Jesus Loves Me as I Wash My Hands [T, 5-2-23]

CHRIST IN WINTER: Reflections on Faith & Life for the Years of Winter—Jesus Loves Me as I Wash My Hands [T, 5-2-23]

 


I never paid attention to how long I washed my hands; I just washed them. Then covid19 hit, and we were instructed to wash for at least 20 seconds. There were no vaccinations yet. Masks were scarce. Washing hands was our best, and sometimes only, protection. I started taking hand washing seriously.

I learned that singing “Jesus Loves Me,” at a slightly slower pace than usual, took exactly 20 seconds. I still sing “Jesus Loves Me” every time I wash my hands. It seems right.

It also reminds me of being in Childrens’ Hospital at the University of Iowa with grandson Joe, 175 miles away from where we lived then.

He was diagnosed with hepatoblastoma [liver cancer] when he was 15 months old. He spent most of the next year in the hospital, enduring one miserable treatment after enough. As all cancer patients know, the treatment often seems worse than the disease. And he was so little. He didn’t really understand that all this bad stuff was supposed to be good for him.

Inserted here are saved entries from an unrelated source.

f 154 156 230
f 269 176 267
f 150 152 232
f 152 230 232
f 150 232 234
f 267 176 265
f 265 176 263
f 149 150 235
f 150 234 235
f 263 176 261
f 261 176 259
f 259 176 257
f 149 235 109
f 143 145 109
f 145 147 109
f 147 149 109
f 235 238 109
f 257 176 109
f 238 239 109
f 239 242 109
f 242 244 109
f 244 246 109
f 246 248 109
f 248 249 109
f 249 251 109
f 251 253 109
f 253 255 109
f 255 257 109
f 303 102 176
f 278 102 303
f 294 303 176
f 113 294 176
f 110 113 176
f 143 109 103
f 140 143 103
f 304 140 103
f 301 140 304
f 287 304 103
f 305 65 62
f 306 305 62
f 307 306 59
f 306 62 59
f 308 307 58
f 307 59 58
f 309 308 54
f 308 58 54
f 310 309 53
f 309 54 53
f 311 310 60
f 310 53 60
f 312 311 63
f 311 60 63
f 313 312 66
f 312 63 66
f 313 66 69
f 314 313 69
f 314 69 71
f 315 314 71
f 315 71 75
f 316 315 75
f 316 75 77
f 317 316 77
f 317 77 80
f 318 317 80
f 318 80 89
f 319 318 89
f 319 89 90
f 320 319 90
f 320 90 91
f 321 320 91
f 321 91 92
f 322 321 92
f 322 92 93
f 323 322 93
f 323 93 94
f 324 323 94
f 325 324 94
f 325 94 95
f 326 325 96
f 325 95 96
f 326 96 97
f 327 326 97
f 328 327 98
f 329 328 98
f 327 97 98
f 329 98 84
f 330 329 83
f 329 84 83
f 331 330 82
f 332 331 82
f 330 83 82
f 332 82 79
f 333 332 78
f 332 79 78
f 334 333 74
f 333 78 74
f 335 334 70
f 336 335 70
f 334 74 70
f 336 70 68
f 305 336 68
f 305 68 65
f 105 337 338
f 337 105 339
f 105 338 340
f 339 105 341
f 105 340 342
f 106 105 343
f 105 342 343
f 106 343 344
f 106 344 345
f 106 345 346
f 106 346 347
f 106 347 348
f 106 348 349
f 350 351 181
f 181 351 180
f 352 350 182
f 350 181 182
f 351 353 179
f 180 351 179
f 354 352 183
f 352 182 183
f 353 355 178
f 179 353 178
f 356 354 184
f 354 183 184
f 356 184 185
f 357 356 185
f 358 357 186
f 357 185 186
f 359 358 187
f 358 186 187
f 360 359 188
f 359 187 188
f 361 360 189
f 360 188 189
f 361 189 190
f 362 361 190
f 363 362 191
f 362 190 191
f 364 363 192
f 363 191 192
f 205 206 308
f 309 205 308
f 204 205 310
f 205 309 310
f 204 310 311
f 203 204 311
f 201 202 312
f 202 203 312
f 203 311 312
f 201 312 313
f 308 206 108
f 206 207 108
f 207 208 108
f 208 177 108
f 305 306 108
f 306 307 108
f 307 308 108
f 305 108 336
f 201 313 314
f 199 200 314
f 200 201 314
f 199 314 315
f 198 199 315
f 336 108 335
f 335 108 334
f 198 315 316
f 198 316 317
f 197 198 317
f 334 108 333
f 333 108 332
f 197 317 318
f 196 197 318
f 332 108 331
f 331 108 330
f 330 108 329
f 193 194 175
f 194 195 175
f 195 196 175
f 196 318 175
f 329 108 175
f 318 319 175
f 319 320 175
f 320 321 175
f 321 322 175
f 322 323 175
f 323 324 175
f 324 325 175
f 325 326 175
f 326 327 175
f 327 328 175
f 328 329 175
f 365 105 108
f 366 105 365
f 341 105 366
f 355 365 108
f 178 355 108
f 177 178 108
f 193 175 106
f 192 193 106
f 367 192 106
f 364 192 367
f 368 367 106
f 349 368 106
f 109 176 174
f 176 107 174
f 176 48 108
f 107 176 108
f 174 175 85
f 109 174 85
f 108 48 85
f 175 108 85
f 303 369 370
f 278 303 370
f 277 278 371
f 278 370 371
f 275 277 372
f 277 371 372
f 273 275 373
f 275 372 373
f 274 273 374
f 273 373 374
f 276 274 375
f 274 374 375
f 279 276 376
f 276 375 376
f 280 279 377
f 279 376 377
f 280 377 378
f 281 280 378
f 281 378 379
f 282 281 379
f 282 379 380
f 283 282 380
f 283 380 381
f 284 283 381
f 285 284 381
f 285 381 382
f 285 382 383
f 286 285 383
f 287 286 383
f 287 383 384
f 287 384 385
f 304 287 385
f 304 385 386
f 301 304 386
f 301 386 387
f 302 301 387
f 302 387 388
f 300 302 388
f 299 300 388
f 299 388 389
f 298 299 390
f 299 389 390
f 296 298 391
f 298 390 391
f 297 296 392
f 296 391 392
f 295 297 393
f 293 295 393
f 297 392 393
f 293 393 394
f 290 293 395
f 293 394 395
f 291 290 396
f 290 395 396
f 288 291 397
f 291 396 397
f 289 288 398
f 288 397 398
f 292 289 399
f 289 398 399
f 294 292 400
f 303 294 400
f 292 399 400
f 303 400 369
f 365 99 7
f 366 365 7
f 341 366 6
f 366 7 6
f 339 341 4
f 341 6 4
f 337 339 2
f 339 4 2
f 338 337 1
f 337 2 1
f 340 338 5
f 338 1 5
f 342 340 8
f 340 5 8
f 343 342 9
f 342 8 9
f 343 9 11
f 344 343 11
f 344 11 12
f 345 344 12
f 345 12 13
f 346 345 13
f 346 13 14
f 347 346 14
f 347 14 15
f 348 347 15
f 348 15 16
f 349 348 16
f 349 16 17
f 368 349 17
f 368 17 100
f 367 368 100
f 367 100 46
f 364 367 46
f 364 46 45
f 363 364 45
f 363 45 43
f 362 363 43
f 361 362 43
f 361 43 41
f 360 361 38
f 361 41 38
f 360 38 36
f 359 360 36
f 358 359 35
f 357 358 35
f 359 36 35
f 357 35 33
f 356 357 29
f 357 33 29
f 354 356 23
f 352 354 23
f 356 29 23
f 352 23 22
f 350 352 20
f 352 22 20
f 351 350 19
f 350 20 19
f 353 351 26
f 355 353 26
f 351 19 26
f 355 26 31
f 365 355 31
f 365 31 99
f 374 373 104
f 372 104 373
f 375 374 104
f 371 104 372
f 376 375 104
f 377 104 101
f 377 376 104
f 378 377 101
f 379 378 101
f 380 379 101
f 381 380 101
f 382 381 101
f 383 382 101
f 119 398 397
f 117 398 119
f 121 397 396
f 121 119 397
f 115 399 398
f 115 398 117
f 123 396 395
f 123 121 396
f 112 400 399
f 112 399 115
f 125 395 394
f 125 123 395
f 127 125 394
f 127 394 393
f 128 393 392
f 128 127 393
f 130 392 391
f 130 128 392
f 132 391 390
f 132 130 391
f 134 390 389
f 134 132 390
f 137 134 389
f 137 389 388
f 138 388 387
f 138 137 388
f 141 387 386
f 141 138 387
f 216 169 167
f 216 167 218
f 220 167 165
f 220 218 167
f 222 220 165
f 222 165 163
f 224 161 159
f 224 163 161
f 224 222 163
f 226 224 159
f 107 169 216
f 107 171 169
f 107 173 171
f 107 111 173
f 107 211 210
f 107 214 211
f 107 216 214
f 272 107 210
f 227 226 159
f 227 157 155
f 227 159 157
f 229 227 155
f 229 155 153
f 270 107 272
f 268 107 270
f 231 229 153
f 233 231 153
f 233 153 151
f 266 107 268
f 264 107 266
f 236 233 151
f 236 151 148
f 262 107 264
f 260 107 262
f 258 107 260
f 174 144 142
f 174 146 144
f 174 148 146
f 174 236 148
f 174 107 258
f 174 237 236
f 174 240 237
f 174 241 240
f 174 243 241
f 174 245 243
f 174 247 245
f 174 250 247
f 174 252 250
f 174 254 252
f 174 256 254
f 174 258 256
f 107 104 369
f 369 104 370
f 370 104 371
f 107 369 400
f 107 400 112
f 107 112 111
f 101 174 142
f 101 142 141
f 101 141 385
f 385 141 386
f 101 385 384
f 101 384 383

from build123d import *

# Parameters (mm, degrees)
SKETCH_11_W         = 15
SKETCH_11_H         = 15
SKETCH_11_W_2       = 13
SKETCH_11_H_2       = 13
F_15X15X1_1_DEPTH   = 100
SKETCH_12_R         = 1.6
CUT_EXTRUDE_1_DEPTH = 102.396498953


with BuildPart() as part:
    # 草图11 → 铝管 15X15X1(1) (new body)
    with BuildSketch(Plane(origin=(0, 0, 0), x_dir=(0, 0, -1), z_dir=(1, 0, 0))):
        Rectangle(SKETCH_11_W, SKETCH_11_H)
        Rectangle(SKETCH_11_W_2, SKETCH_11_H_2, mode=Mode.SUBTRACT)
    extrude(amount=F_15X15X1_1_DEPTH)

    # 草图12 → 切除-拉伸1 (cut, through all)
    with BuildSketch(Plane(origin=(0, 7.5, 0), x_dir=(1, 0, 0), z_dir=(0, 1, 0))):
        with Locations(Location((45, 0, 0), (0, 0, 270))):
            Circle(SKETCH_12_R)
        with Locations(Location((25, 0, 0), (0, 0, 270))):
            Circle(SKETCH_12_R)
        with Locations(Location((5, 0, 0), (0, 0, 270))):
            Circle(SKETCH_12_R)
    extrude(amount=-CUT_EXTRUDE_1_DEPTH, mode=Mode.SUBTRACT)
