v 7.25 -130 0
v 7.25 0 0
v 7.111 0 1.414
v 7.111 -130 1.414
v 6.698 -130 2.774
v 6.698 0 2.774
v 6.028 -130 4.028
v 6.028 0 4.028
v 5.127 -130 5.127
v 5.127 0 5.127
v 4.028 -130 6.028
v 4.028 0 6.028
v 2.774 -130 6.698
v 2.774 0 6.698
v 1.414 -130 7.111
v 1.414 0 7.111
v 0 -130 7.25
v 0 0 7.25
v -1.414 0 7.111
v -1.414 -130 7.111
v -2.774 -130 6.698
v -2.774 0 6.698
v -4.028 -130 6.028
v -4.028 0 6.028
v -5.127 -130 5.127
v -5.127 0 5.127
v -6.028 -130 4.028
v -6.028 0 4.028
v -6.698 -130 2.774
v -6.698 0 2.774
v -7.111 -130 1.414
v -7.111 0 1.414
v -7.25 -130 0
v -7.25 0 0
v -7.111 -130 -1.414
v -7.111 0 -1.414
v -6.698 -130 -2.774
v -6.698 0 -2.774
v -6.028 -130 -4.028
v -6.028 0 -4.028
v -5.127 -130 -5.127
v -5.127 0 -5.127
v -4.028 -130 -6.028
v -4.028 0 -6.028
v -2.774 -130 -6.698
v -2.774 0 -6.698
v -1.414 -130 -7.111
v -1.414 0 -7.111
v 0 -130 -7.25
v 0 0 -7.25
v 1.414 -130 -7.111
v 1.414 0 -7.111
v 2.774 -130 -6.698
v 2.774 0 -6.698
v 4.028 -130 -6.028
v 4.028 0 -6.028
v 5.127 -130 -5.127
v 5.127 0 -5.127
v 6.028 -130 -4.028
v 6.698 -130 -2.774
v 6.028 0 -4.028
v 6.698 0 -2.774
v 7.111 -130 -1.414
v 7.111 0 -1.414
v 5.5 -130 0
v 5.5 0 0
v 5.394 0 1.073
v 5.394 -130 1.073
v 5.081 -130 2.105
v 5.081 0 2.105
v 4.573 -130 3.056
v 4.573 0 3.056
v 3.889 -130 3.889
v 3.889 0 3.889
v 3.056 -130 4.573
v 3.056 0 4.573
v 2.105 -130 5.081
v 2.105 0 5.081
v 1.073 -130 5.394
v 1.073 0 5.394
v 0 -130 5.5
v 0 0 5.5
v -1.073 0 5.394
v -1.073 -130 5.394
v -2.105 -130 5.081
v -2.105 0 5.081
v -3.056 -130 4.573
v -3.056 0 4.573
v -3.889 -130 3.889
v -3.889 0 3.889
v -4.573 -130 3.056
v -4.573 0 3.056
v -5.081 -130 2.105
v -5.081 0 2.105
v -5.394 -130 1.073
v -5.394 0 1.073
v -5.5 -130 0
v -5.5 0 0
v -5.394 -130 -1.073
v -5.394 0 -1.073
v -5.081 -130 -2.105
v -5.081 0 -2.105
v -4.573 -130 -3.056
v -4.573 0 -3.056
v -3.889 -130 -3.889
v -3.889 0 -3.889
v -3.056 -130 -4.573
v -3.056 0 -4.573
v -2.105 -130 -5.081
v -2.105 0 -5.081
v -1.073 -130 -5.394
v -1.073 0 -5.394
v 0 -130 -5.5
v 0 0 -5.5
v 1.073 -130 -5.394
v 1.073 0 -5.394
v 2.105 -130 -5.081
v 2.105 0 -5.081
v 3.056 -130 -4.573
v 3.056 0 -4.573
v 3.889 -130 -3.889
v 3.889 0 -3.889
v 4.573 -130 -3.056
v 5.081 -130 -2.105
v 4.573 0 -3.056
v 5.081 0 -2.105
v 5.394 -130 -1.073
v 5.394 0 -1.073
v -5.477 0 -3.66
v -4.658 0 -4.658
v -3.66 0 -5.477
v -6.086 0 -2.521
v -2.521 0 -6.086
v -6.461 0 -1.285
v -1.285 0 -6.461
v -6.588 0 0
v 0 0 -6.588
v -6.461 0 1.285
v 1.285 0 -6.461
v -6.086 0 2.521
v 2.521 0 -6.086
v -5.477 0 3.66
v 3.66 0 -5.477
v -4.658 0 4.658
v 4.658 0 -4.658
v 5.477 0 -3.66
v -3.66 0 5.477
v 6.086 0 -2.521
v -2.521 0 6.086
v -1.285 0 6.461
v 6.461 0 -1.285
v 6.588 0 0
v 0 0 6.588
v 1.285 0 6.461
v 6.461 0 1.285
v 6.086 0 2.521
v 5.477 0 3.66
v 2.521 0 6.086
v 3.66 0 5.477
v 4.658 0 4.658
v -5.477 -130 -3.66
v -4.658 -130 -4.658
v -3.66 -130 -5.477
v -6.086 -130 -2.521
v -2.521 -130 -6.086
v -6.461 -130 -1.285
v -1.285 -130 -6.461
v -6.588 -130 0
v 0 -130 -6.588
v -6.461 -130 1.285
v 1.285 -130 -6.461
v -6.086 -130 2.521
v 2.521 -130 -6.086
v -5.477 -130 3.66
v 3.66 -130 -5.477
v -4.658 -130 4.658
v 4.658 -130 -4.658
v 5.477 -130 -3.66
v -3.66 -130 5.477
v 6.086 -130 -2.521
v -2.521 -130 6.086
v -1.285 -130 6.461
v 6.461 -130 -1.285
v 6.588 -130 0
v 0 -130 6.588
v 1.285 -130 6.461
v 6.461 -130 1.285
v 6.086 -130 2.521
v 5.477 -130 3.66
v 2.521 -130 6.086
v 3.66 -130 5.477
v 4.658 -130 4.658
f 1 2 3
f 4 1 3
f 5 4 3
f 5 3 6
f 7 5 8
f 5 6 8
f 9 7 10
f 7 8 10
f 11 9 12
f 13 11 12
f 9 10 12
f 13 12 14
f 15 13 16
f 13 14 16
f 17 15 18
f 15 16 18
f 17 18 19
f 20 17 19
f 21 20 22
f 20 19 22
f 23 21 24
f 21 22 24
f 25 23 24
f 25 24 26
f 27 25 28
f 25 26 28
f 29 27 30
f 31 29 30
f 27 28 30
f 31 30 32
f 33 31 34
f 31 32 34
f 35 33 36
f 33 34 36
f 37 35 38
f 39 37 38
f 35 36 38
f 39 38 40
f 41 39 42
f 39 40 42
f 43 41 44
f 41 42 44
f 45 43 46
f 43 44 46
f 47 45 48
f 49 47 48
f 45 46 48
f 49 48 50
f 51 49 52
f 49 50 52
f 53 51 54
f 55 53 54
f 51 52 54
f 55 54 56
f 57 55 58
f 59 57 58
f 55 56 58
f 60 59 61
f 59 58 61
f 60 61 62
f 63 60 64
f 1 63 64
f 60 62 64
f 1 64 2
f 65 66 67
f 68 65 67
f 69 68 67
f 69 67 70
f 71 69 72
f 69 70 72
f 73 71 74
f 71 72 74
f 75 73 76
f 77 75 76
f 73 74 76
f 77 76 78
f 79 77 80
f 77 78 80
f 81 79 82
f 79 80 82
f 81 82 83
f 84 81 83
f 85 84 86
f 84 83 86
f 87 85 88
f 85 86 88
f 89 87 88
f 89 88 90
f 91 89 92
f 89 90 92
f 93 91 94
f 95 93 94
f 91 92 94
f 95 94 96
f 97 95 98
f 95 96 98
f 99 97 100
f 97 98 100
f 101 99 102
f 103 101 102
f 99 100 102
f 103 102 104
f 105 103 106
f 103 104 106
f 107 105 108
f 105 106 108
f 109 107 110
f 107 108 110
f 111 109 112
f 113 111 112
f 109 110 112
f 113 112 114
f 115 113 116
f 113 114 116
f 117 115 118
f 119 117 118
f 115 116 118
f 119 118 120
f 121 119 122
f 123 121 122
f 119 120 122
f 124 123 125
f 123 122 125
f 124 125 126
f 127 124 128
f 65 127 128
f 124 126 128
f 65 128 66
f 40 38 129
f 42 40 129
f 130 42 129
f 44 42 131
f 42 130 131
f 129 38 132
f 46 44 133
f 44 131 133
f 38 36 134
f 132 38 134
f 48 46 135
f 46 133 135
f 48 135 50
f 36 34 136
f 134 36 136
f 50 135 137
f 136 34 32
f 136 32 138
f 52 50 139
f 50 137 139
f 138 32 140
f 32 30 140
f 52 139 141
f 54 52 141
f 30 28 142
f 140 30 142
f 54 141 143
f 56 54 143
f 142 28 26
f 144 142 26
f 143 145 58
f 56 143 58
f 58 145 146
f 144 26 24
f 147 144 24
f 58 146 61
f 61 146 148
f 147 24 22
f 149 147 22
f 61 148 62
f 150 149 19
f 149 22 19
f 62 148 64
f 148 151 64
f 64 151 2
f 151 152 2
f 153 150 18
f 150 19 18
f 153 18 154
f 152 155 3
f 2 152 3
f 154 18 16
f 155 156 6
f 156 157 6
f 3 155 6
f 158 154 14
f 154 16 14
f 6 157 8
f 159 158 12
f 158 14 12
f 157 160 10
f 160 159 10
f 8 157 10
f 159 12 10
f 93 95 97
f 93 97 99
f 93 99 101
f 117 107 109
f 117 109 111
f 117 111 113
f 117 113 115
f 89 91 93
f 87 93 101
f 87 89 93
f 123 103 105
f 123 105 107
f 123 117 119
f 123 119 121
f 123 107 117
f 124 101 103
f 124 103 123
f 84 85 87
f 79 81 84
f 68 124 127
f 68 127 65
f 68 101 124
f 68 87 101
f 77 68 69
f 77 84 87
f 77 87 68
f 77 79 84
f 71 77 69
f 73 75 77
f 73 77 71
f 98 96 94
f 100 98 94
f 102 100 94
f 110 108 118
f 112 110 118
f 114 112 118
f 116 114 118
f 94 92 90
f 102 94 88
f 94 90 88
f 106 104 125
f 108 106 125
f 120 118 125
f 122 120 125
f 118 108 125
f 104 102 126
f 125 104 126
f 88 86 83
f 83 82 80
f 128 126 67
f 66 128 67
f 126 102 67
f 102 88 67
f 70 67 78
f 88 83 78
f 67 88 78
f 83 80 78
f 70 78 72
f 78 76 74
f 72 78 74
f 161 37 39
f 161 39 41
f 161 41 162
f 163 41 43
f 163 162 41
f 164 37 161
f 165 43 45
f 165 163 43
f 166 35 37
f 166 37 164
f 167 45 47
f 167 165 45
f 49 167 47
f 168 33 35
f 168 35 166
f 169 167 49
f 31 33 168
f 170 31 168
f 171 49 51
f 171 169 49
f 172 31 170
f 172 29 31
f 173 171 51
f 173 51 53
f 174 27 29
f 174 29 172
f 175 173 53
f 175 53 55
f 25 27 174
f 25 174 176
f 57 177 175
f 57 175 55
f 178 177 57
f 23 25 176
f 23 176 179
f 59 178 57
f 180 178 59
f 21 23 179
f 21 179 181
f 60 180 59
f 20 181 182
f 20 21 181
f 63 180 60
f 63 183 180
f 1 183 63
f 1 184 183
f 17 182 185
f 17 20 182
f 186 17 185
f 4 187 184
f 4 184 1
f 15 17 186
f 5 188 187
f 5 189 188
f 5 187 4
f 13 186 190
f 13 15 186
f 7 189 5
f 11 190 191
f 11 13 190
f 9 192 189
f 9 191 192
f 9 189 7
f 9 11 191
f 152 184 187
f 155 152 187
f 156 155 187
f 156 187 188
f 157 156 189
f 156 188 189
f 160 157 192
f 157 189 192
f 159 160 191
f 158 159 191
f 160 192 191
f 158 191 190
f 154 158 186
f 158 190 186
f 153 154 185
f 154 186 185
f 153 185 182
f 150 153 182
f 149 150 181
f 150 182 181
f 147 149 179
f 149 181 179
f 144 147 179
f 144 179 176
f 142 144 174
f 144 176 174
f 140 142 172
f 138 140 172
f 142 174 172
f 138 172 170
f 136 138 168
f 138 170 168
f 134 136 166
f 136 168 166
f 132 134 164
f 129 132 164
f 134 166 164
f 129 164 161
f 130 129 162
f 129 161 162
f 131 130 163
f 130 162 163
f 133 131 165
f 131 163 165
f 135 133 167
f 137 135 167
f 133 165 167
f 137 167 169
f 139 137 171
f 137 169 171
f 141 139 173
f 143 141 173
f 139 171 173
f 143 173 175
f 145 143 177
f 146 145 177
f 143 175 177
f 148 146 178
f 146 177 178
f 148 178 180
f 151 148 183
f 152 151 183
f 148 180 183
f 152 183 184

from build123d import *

# Parameters (mm, degrees)
F0_R     = 7.25
F1_DEPTH = 130
F2_R     = 6.5875
F3_DEPTH = 130
F4_R     = 5.5
F5_DEPTH = 130
F6_R     = 3.150908
F7_DEPTH = 130


with BuildPart() as f1:
    # F0 (on Front) → F1 (new body)
    with BuildSketch(Plane.XZ):
        Circle(F0_R)
    extrude(amount=F1_DEPTH)

    # F2 (on face) → F3 (cut)
    with BuildSketch(Plane.XZ.offset(130)):
        Circle(F2_R)
    extrude(amount=-F3_DEPTH, mode=Mode.SUBTRACT)


with BuildPart() as f5:
    # F4 (on Front) → F5 (new body)
    with BuildSketch(Plane.XZ):
        Circle(F4_R)
    extrude(amount=F5_DEPTH)

    # F6 (on face) → F7 (join)
    with BuildSketch(Plane.XZ.offset(130)):
        Circle(F6_R)
    extrude(amount=-F7_DEPTH)


solid = Compound([f1.part, f5.part])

His father couldn’t be at the hospital very much. He had to stay home and work to keep the health insurance in force. His mother, our daughter, hardly ever left Joe, but that meant someone had to take care of his four-year-old sister, Brigid. That became Helen’s job. Katie, of course, had to leave Joe to eat and shower, and needed to spend some time whenever she could, with Brigid. On those occasions, Joe and I palled around together, mostly patrolling the hospital hallways so that he could escape the all-too-familiar surroundings of the pediatric cancer ward.

Sometimes, though, he’d just be too tired. Those were times when I sat in a chair in his room and held him in my arms and sang to him. All sorts of songs. Anything I could think of. Our favorite was “Jesus Loves Me.” It was just right for falling asleep.

 


I tried to sing softly, because there was always another child in the room, on the other side of a curtain. One day I had just gotten Joe almost to sleep when a man stuck his head around the curtain and whispered, “Please sing a little louder. We need to hear over here, too.”

We became known as “the family with the grandpa.” Once at a Dance Marathon--when the U of Iowa students raise millions of dollars for the children’s hospital-- I was going through a door at the Union Building, a whole crowd of people pressing both ways, and a woman I could not remember ever seeing before said, “Hello, Joe’s grandpa.” One of the best ways I could ever be identified.

According to the internet, “Jesus Loves Me” was written by Anna Bartlett Warner. It first appeared in an 1860 novel, Say and Seal, written by her older sister, Susan Warner. The words were spoken as a poem to comfort a dying child.

I knew nothing about the Warner sisters when I used to sing that to Joe. It just seemed right. It was the first song I learned as a child. Probably the first song most of us learn. When famous theologian Karl Barth was asked to summarize his 12 volume Church Dogmatics, he said, “Jesus loves me, this I know, for the Bible tells me so.”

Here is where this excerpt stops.